[Task to carry out]
For each entry below, output it exactly as it stands.

(Data records)
══════════════════════════════
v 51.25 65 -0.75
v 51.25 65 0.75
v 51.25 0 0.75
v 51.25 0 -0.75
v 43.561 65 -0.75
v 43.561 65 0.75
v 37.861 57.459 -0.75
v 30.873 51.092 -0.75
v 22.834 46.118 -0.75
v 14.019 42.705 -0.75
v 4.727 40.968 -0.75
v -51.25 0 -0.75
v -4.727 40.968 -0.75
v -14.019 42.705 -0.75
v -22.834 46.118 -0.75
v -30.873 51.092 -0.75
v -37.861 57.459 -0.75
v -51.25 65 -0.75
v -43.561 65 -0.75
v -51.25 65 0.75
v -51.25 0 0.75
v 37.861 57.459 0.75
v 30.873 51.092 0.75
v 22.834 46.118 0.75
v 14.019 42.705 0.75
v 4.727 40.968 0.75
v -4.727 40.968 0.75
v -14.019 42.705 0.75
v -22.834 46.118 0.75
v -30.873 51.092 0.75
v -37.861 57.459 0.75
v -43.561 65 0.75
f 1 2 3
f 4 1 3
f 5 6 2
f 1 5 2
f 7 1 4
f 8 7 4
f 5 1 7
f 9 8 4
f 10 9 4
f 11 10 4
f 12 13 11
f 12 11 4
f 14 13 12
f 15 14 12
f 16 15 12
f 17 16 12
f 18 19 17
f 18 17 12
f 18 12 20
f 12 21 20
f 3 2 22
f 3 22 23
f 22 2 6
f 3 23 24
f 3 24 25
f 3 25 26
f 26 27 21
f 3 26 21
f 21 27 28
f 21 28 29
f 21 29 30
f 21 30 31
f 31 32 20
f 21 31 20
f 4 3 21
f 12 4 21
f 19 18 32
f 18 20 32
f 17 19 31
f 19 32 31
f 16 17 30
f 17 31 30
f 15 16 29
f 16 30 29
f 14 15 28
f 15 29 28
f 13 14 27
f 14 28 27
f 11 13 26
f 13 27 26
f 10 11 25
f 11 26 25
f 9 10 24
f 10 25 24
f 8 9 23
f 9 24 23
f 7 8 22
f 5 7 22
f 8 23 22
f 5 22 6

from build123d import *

# Parameters (mm, degrees)
BOSS_EXTRUDE1_DEPTH = 0.75


with BuildPart() as part:
    # Sketch1 → Boss-Extrude1 (new, symmetric)
    with BuildSketch(Plane.XY):
        with BuildLine():
            Line((51.25, 0), (-51.25, 0))
            Line((-51.25, 0), (-51.25, 65))
            Line((-51.25, 65), (-43.56102042, 65))
            ThreePointArc((-43.56102042, 65), (0, 40.75), (43.56102042, 65))
            Line((43.56102042, 65), (51.25, 65))
            Line((51.25, 65), (51.25, 0))
        make_face()
    extrude(amount=BOSS_EXTRUDE1_DEPTH, both=True)


solid = part.part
══════════════════════════════
[Result below]
v 51.25 65 -0.75
v 51.25 65 0.75
v 51.25 0 0.75
v 51.25 0 -0.75
v 43.561 65 -0.75
v 43.561 65 0.75
v 37.861 57.459 -0.75
v 30.873 51.092 -0.75
v 22.834 46.118 -0.75
v 14.019 42.705 -0.75
v 4.727 40.968 -0.75
v -51.25 0 -0.75
v -4.727 40.968 -0.75
v -14.019 42.705 -0.75
v -22.834 46.118 -0.75
v -30.873 51.092 -0.75
v -37.861 57.459 -0.75
v -51.25 65 -0.75
v -43.561 65 -0.75
v -51.25 65 0.75
v -51.25 0 0.75
v 37.861 57.459 0.75
v 30.873 51.092 0.75
v 22.834 46.118 0.75
v 14.019 42.705 0.75
v 4.727 40.968 0.75
v -4.727 40.968 0.75
v -14.019 42.705 0.75
v -22.834 46.118 0.75
v -30.873 51.092 0.75
v -37.861 57.459 0.75
v -43.561 65 0.75
f 1 2 3
f 4 1 3
f 5 6 2
f 1 5 2
f 7 1 4
f 8 7 4
f 5 1 7
f 9 8 4
f 10 9 4
f 11 10 4
f 12 13 11
f 12 11 4
f 14 13 12
f 15 14 12
f 16 15 12
f 17 16 12
f 18 19 17
f 18 17 12
f 18 12 20
f 12 21 20
f 3 2 22
f 3 22 23
f 22 2 6
f 3 23 24
f 3 24 25
f 3 25 26
f 26 27 21
f 3 26 21
f 21 27 28
f 21 28 29
f 21 29 30
f 21 30 31
f 31 32 20
f 21 31 20
f 4 3 21
f 12 4 21
f 19 18 32
f 18 20 32
f 17 19 31
f 19 32 31
f 16 17 30
f 17 31 30
f 15 16 29
f 16 30 29
f 14 15 28
f 15 29 28
f 13 14 27
f 14 28 27
f 11 13 26
f 13 27 26
f 10 11 25
f 11 26 25
f 9 10 24
f 10 25 24
f 8 9 23
f 9 24 23
f 7 8 22
f 5 7 22
f 8 23 22
f 5 22 6

from build123d import *

# Parameters (mm, degrees)
BOSS_EXTRUDE1_DEPTH = 0.75


with BuildPart() as part:
    # Sketch1 → Boss-Extrude1 (new, symmetric)
    with BuildSketch(Plane.XY):
        with BuildLine():
            Line((51.25, 0), (-51.25, 0))
            Line((-51.25, 0), (-51.25, 65))
            Line((-51.25, 65), (-43.56102042, 65))
            ThreePointArc((-43.56102042, 65), (0, 40.75), (43.56102042, 65))
            Line((43.56102042, 65), (51.25, 65))
            Line((51.25, 65), (51.25, 0))
        make_face()
    extrude(amount=BOSS_EXTRUDE1_DEPTH, both=True)


solid = part.part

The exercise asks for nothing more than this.